For 50M docs, recall would mean "query × full corpus" = 50M forward passes, blowing past any second-scale budget. So it only fits the fine-ranking stage where candidates are already dozens–hundreds. Insight: more interaction means higher accuracy, but interaction makes the result un-precomputable — accuracy and amortizability are a fundamental tension, and multi-stage architecture is exactly how we divide the labor. ColBERT's "late interaction" aims for a middle ground.

5. Vector retrieval "confidently retrieves irrelevant results" — it always returns nearest neighbors even when nothing truly relevant exists. How to defend?

This is a structural flaw of dense retrieval: ANN always finds the k "nearest", but "nearest" ≠ "relevant". When a query lands in a sparse region of embedding space, the nearest neighbors may be far yet still returned — manifesting as "search for something the corpus doesn't have, and you still get a pile of unrelated results".

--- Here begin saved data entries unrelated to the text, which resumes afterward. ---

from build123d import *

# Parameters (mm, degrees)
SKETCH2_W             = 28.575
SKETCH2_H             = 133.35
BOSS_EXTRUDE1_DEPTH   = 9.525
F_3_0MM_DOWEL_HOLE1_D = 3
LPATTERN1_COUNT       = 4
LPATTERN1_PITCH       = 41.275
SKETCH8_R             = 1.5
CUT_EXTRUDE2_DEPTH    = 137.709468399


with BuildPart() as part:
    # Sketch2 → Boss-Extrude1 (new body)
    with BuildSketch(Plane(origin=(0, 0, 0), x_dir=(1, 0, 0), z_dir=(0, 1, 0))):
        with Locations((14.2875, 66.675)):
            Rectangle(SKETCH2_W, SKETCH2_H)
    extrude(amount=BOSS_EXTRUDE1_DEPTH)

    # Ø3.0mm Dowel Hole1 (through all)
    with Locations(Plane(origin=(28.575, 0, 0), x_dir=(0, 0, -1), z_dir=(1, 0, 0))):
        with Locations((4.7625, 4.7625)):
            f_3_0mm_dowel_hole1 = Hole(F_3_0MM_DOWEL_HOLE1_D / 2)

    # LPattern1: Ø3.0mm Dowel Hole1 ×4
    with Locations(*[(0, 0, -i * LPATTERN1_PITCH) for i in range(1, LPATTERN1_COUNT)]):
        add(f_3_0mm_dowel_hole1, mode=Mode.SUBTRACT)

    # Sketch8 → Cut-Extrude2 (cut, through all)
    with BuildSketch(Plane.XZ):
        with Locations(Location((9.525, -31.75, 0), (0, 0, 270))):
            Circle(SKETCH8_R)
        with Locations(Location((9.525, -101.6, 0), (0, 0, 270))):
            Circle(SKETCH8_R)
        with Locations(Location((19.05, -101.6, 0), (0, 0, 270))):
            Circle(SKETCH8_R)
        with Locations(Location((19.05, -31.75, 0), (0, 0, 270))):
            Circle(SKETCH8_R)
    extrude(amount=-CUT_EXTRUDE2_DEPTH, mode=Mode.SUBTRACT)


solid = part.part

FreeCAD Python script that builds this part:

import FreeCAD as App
import Part
import Sketcher

V = App.Vector
Q = App.Units.Quantity


def add_polygon(sketch, points):
    """Adds a closed chain of lines whose ends are joined by coincident constraints."""
    first, n = sketch.GeometryCount, len(points)
    for a, b in zip(points, points[1:] + points[:1]):
        sketch.addGeometry(Part.LineSegment(App.Vector(*a, 0), App.Vector(*b, 0)), False)
    for i in range(n):
        sketch.addConstraint(Sketcher.Constraint("Coincident", first + i, 2, first + (i + 1) % n, 1))

doc = App.newDocument("Part")
body = doc.addObject("PartDesign::Body", "Body")

# Sketch on XZ plane
sketch1 = body.newObject("Sketcher::SketchObject", "Sketch")
sketch1.AttachmentSupport = (doc.getObject("XZ_Plane"), [""])
sketch1.MapMode = "FlatFace"
add_polygon(sketch1, [(0, -133), (0, 0), (29, 0), (29, -133)])  # lines 0-3
sketch1.addConstraint([
    Sketcher.Constraint("Vertical", 0),
    Sketcher.Constraint("Horizontal", 1),
    Sketcher.Constraint("Vertical", 2),
    Sketcher.Constraint("Horizontal", 3),
    Sketcher.Constraint("Coincident", 0, 2, -1, 1),
    Sketcher.Constraint("DistanceY", 0, 1, 0, 2, Q("5.25 in")),
    Sketcher.Constraint("DistanceX", 1, 1, 1, 2, Q("1.125 in")),
])
pad1 = body.newObject("PartDesign::Pad", "Pad")
pad1.Profile = sketch1
pad1.Length = Q("0.375 in")
pad1.Reversed = True

# Sketch on YZ plane
sketch2 = body.newObject("Sketcher::SketchObject", "Sketch001")
sketch2.AttachmentSupport = (doc.getObject("YZ_Plane"), [""])
sketch2.MapMode = "FlatFace"
sketch2.AttachmentOffset = App.Placement(V(0, 0, 1.125 * 25.4), App.Rotation())
sketch2.addGeometry(Part.Circle(V(4.8, -4.8, 0), V(0, 0, 1), 1.5), False)
sketch2.addConstraint([
    Sketcher.Constraint("Diameter", 0, 3.0),
    Sketcher.Constraint("DistanceX", -1, 1, 0, 3, Q("0.1875 in")),
    Sketcher.Constraint("DistanceY", 0, 3, -1, 1, Q("0.1875 in")),
])
doc.recompute()
hole = body.newObject("PartDesign::Hole", "Hole")
hole.Profile = sketch2
hole.ThreadType = "None"
hole.Diameter = 3
hole.DepthType = "ThroughAll"
doc.recompute()

linearpattern = body.newObject("PartDesign::LinearPattern", "LinearPattern")
linearpattern.Originals = [hole]
linearpattern.Direction = (doc.getObject("Z_Axis"), [""])
linearpattern.Mode = "offset"
linearpattern.Offset = Q("1.625 in")
linearpattern.Occurrences = 4
linearpattern.Reversed = True
body.Tip = linearpattern

# Sketch on XZ plane
sketch3 = body.newObject("Sketcher::SketchObject", "Sketch002")
sketch3.AttachmentSupport = (doc.getObject("XZ_Plane"), [""])
sketch3.MapMode = "FlatFace"
sketch3.addGeometry([
    Part.Circle(V(9.5, -31.8, 0), V(0, 0, 1), 1.5),
    Part.Circle(V(9.5, -101.6, 0), V(0, 0, 1), 1.5),
    Part.Circle(V(19.1, -101.6, 0), V(0, 0, 1), 1.5),
    Part.Circle(V(19.1, -31.8, 0), V(0, 0, 1), 1.5),
], False)
sketch3.addConstraint([
    Sketcher.Constraint("Equal", 0, 1),
    Sketcher.Constraint("Equal", 1, 2),
    Sketcher.Constraint("Equal", 2, 3),
    Sketcher.Constraint("Horizontal", 1, 3, 2, 3),
    Sketcher.Constraint("Horizontal", 0, 3, 3, 3),
    Sketcher.Constraint("Vertical", 0, 3, 1, 3),
    Sketcher.Constraint("Vertical", 2, 3, 3, 3),
    Sketcher.Constraint("DistanceY", 1, 3, -1, 1, Q("4 in")),
    Sketcher.Constraint("Diameter", 0, 3.0),
    Sketcher.Constraint("DistanceY", 0, 3, -1, 1, Q("1.25 in")),
    Sketcher.Constraint("DistanceX", -1, 1, 2, 3, Q("0.75 in")),
    Sketcher.Constraint("DistanceX", -1, 1, 0, 3, Q("0.375 in")),
])
pocket1 = body.newObject("PartDesign::Pocket", "Pocket")
pocket1.Profile = sketch3
pocket1.Type = "ThroughAll"

doc.recompute()
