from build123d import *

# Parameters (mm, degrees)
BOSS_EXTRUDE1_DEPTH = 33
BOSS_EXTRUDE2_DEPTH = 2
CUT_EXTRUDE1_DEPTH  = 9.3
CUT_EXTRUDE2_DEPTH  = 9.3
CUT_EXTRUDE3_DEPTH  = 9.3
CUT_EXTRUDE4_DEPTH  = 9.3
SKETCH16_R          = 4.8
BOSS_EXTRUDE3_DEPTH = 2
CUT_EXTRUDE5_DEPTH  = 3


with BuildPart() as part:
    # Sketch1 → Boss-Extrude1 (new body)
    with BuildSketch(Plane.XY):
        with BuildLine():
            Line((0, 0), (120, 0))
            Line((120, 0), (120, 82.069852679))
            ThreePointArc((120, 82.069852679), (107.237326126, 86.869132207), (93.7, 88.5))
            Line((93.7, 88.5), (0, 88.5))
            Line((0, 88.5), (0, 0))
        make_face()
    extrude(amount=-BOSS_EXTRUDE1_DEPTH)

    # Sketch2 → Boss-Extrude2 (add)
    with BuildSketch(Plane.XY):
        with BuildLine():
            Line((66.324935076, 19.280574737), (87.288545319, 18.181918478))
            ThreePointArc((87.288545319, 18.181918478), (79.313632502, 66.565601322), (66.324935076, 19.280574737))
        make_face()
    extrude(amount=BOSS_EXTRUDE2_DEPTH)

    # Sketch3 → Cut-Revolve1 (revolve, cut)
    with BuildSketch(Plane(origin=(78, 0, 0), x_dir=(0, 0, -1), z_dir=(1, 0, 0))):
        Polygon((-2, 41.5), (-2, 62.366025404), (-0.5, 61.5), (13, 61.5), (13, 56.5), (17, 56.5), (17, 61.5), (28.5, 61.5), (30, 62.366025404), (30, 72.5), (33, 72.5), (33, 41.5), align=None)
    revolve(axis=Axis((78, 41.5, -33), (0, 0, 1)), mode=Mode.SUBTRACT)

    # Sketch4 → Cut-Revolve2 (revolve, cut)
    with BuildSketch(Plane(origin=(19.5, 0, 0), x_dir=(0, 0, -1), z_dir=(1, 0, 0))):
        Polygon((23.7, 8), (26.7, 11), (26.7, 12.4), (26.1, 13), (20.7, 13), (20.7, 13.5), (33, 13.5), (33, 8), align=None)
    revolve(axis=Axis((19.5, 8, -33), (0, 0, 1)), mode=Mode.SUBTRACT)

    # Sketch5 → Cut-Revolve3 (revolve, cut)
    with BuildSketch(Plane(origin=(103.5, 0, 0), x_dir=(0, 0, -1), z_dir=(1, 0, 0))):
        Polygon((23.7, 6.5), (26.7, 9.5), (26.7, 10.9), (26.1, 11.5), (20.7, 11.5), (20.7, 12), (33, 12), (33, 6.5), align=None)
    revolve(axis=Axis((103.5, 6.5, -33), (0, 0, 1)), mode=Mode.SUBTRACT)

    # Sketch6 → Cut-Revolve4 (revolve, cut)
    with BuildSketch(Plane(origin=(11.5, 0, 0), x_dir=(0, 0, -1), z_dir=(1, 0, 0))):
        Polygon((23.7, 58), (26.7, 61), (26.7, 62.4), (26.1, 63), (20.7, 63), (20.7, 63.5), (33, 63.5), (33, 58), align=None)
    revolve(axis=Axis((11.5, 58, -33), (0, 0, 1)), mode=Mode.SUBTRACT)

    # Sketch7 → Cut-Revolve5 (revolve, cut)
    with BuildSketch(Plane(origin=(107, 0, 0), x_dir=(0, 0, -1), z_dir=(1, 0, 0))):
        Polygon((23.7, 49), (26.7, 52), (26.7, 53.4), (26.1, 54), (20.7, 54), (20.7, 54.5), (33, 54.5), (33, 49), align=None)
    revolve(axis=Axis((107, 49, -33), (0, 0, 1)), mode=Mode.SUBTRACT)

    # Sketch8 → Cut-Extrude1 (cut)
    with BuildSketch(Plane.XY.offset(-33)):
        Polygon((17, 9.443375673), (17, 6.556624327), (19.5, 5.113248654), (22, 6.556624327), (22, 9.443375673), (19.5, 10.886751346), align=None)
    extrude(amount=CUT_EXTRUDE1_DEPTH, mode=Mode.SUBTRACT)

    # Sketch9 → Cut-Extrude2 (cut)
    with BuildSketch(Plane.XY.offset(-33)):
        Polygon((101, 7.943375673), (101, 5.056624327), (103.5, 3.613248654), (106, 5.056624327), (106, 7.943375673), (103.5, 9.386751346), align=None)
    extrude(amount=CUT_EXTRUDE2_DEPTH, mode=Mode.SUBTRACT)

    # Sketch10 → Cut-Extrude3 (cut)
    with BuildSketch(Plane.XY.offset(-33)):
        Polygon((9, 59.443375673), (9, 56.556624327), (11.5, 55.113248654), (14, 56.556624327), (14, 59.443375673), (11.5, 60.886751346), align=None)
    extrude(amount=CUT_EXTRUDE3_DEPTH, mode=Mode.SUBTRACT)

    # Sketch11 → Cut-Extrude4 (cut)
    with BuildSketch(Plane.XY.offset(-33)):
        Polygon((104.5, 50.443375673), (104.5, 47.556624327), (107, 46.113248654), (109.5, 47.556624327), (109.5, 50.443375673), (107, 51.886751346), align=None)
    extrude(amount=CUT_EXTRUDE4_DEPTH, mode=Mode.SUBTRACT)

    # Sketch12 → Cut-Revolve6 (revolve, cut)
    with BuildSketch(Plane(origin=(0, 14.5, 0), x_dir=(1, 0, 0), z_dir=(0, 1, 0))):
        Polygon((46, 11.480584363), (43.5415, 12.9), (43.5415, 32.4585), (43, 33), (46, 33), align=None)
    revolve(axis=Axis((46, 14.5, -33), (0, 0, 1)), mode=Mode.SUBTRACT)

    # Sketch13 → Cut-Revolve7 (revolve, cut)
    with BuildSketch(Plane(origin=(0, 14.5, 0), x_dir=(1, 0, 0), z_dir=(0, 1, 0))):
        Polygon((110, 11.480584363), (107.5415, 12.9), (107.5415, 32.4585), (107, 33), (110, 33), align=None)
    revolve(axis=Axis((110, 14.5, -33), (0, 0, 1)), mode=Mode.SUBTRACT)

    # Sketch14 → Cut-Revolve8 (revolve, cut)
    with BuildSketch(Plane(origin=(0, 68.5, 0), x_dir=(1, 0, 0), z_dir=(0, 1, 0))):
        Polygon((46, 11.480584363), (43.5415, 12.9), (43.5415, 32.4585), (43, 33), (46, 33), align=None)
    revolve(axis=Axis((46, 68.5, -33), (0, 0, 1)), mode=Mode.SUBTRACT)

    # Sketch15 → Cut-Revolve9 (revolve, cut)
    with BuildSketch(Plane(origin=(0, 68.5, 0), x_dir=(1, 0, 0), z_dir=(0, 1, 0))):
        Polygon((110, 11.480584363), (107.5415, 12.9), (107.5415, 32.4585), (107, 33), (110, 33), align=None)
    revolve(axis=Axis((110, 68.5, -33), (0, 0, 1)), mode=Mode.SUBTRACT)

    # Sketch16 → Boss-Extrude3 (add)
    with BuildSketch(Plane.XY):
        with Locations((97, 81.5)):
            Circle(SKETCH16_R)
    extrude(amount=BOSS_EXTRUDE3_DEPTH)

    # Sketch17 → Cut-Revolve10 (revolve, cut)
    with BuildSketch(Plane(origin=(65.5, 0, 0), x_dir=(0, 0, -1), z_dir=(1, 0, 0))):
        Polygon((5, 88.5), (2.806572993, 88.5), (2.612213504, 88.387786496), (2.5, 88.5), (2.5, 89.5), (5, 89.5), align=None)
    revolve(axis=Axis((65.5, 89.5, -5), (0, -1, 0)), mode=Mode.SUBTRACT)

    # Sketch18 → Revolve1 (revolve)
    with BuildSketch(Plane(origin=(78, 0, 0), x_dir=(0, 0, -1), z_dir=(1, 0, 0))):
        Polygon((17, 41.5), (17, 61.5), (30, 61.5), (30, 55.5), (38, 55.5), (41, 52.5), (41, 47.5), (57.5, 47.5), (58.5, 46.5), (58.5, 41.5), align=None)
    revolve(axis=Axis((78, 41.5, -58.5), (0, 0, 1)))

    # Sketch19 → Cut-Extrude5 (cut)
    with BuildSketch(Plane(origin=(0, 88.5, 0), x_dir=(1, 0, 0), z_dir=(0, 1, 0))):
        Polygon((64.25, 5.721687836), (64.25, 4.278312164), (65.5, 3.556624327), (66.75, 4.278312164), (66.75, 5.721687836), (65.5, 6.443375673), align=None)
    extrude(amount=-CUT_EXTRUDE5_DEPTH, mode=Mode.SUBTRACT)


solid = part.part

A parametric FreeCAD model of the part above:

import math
import FreeCAD as App
import Part
import Sketcher
from FreeCAD import Vector
Q = App.Units.Quantity


def add_polygon(sketch, points):
    """Adds a closed chain of lines whose ends are joined by coincident constraints."""
    first, n = sketch.GeometryCount, len(points)
    for a, b in zip(points, points[1:] + points[:1]):
        sketch.addGeometry(Part.LineSegment(App.Vector(*a, 0), App.Vector(*b, 0)), False)
    for i in range(n):
        sketch.addConstraint(Sketcher.Constraint("Coincident", first + i, 2, first + (i + 1) % n, 1))

doc = App.newDocument("Part")
params = doc.addObject("Spreadsheet::Sheet", "Params")
for row, (alias, value) in enumerate([
    ("sketch1_radius", "57 mm"),
    ("sketch1_width", "120 mm"),
    ("sketch1_width2", "93.7 mm"),
    ("sketch1_height", "88.5 mm"),
    ("pad1_length", "33 mm"),
    ("sketch2_radius", "25.1 mm"),
    ("pad2_length", "2 mm"),
    ("sketch3_width", "31 mm"),
    ("sketch3_width2", "5 mm"),
    ("sketch3_height", "35 mm"),
    ("sketch3_height2", "3 mm"),
    ("sketch3_height3", "4 mm"),
    ("groove_angle", "360 deg"),
    ("sketch4_width", "5.5 mm"),
    ("sketch4_width2", "0.5 mm"),
    ("sketch4_width3", "1.4 mm"),
    ("sketch4_height", "9.3 mm"),
    ("sketch4_height2", "12.3 mm"),
    ("groove2_angle", "360 deg"),
    ("sketch5_width", "5.5 mm"),
    ("sketch5_width2", "0.5 mm"),
    ("sketch5_width3", "1.4 mm"),
    ("sketch5_height", "9.3 mm"),
    ("sketch5_height2", "12.3 mm"),
    ("groove3_angle", "360 deg"),
    ("sketch6_width", "5.5 mm"),
    ("sketch6_width2", "0.5 mm"),
    ("sketch6_width3", "1.4 mm"),
    ("sketch6_height", "9.3 mm"),
    ("sketch6_height2", "12.3 mm"),
    ("groove4_angle", "360 deg"),
    ("sketch7_width", "5.5 mm"),
    ("sketch7_width2", "0.5 mm"),
    ("sketch7_width3", "1.4 mm"),
    ("sketch7_height", "9.3 mm"),
    ("sketch7_height2", "12.3 mm"),
    ("groove5_angle", "360 deg"),
    ("pocket1_length", "9.3 mm"),
    ("pocket2_length", "9.3 mm"),
    ("pocket3_length", "9.3 mm"),
    ("pocket4_length", "9.3 mm"),
    ("sketch12_width", "3 mm"),
    ("groove6_angle", "360 deg"),
    ("sketch13_width", "3 mm"),
    ("groove7_angle", "360 deg"),
    ("sketch14_width", "3 mm"),
    ("groove8_angle", "360 deg"),
    ("sketch15_width", "3 mm"),
    ("groove9_angle", "360 deg"),
    ("sketch16_diameter", "9.6 mm"),
    ("pad3_length", "2 mm"),
    ("sketch17_width", "1 mm"),
    ("sketch17_height", "2.5 mm"),
    ("groove10_angle", "360 deg"),
    ("sketch18_width", "20 mm"),
    ("sketch18_width2", "5 mm"),
    ("sketch18_width3", "6 mm"),
    ("sketch18_height", "8 mm"),
    ("sketch18_height2", "13 mm"),
    ("revolution_angle", "360 deg"),
    ("pocket5_length", "3 mm"),
], start=1):
    params.set(f"A{row}", alias)
    params.set(f"B{row}", "=" + value)
    params.setAlias(f"B{row}", alias)
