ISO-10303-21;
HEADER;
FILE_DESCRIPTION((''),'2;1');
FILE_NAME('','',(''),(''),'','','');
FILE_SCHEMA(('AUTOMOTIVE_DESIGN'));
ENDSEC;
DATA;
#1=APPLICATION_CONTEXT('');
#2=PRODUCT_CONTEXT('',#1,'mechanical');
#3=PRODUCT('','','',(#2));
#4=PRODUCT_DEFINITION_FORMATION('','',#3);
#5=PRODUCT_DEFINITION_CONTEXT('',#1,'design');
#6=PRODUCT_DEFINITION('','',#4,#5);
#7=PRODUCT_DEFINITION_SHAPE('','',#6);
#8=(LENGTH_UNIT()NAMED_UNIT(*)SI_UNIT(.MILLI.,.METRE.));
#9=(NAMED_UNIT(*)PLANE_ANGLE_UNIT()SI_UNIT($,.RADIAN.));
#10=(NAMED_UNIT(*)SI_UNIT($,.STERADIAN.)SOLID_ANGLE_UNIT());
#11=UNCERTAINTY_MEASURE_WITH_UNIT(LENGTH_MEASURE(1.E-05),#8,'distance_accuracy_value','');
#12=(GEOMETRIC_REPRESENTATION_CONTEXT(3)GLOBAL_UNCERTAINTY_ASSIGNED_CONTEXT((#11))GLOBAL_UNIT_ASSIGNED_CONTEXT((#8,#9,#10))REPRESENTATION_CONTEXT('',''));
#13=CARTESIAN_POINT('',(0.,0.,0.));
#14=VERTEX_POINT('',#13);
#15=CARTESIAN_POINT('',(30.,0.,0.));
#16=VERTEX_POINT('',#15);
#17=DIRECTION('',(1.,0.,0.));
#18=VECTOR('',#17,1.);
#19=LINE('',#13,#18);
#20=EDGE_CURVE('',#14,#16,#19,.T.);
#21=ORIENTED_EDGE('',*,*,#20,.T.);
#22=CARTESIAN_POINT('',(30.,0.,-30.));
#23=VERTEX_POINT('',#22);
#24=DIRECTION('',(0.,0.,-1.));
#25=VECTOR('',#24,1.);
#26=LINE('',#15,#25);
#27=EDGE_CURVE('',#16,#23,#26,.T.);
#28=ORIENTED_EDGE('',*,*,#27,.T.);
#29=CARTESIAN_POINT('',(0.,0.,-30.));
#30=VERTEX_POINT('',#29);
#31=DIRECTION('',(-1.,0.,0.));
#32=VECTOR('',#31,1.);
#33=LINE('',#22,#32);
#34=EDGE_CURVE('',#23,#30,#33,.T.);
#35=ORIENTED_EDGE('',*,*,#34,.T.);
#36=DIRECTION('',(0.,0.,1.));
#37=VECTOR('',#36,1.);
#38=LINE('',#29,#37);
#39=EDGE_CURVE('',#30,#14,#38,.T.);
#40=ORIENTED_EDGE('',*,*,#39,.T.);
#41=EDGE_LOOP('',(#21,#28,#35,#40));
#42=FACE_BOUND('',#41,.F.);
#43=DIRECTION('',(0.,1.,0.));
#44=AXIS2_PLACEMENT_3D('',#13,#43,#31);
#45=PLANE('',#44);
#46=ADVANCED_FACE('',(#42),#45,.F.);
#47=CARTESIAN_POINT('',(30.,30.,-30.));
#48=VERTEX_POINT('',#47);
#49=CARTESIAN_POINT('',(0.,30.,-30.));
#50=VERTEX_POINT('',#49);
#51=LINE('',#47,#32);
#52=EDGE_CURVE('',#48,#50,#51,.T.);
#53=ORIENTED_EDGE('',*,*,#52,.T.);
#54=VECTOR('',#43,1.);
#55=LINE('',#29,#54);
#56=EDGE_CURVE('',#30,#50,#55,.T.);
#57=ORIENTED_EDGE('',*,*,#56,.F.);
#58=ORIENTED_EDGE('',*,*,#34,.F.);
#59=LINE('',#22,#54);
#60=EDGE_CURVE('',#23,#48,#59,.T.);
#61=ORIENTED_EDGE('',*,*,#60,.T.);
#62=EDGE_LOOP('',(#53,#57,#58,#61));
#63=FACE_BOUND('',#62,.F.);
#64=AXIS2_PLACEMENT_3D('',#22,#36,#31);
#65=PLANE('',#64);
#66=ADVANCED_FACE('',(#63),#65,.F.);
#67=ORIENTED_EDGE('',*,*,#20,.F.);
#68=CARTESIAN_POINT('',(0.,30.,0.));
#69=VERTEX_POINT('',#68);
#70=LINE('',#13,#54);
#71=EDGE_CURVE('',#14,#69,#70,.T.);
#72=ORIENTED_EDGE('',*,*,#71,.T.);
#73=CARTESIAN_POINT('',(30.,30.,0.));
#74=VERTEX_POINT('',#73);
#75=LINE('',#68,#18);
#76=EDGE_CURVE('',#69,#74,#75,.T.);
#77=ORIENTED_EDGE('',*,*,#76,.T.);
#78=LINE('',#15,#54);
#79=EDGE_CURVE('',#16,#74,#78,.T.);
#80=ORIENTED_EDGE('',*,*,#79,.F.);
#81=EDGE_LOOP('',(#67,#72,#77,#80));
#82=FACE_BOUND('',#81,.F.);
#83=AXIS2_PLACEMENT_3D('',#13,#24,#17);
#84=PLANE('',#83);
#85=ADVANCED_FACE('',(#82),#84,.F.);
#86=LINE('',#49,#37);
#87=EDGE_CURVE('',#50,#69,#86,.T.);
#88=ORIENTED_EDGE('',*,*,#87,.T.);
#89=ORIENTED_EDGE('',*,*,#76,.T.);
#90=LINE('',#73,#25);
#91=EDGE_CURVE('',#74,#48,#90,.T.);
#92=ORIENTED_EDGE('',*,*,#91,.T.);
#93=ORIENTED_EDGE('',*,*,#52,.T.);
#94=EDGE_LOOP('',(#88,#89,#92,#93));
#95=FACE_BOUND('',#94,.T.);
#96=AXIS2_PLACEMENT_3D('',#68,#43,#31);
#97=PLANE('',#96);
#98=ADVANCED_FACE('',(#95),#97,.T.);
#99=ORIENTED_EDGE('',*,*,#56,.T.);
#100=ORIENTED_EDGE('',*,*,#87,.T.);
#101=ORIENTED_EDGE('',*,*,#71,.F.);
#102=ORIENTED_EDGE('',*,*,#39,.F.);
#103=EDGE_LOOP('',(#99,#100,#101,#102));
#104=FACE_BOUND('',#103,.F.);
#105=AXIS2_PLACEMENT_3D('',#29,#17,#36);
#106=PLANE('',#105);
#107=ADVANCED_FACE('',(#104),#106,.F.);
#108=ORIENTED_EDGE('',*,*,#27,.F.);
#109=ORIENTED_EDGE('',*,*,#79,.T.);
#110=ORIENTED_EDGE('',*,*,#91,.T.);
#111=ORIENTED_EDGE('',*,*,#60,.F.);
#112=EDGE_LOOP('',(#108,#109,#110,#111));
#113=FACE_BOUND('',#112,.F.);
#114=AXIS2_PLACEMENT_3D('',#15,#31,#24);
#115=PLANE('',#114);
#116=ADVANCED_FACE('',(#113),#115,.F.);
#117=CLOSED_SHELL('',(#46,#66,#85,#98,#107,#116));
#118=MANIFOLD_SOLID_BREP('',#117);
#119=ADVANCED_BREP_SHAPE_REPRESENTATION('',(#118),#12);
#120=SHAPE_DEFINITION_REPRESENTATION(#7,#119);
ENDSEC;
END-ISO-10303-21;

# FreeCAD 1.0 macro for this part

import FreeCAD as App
import Part
import Sketcher


def add_polygon(sketch, points):
    """Adds a closed chain of lines whose ends are joined by coincident constraints."""
    first, n = sketch.GeometryCount, len(points)
    for a, b in zip(points, points[1:] + points[:1]):
        sketch.addGeometry(Part.LineSegment(App.Vector(*a, 0), App.Vector(*b, 0)), False)
    for i in range(n):
        sketch.addConstraint(Sketcher.Constraint("Coincident", first + i, 2, first + (i + 1) % n, 1))

doc = App.newDocument("Part")
body = doc.addObject("PartDesign::Body", "Body")

# Sketch on XZ plane
sketch1 = doc.addObject("Sketcher::SketchObject", "Sketch")
body.addObject(sketch1)
sketch1.AttachmentSupport = (doc.XZ_Plane, [""])
sketch1.MapMode = "FlatFace"
add_polygon(sketch1, [(0, -30), (0, 0), (30, 0), (30, -30)])  # lines 0-3
sketch1.addConstraint([
    Sketcher.Constraint("Vertical", 0),
    Sketcher.Constraint("Horizontal", 1),
    Sketcher.Constraint("Vertical", 2),
    Sketcher.Constraint("Horizontal", 3),
    Sketcher.Constraint("Coincident", 0, 2, -1, 1),
    Sketcher.Constraint("Equal", 3, 0),
    Sketcher.Constraint("DistanceX", 1, 1, 1, 2, 30.0),
])
pad1 = doc.addObject("PartDesign::Pad", "Pad")
body.addObject(pad1)
pad1.Profile = sketch1
pad1.Length = 30
pad1.Reversed = True

doc.recompute()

Defenses: ① a similarity threshold — drop anything below it, returning few or empty rather than noise (but the threshold drifts per query, hard to unify); ② BM25 as a backstop/check — in hybrid, if a vector-retrieved doc contains zero query terms and has a very low BM25 score, downweight or drop it; ③ cross-encoder as gatekeeper — it gives an absolute relevance score; filter low scores; ④ OOD/confidence detection — monitor the distribution of query-to-nearest-neighbor distances and treat abnormally far ones as "no good result", falling back to a message. Key realization: vector retrieval gives a relative ordering, not an absolute relevance judgment — absolute judgments need thresholds or a cross-encoder.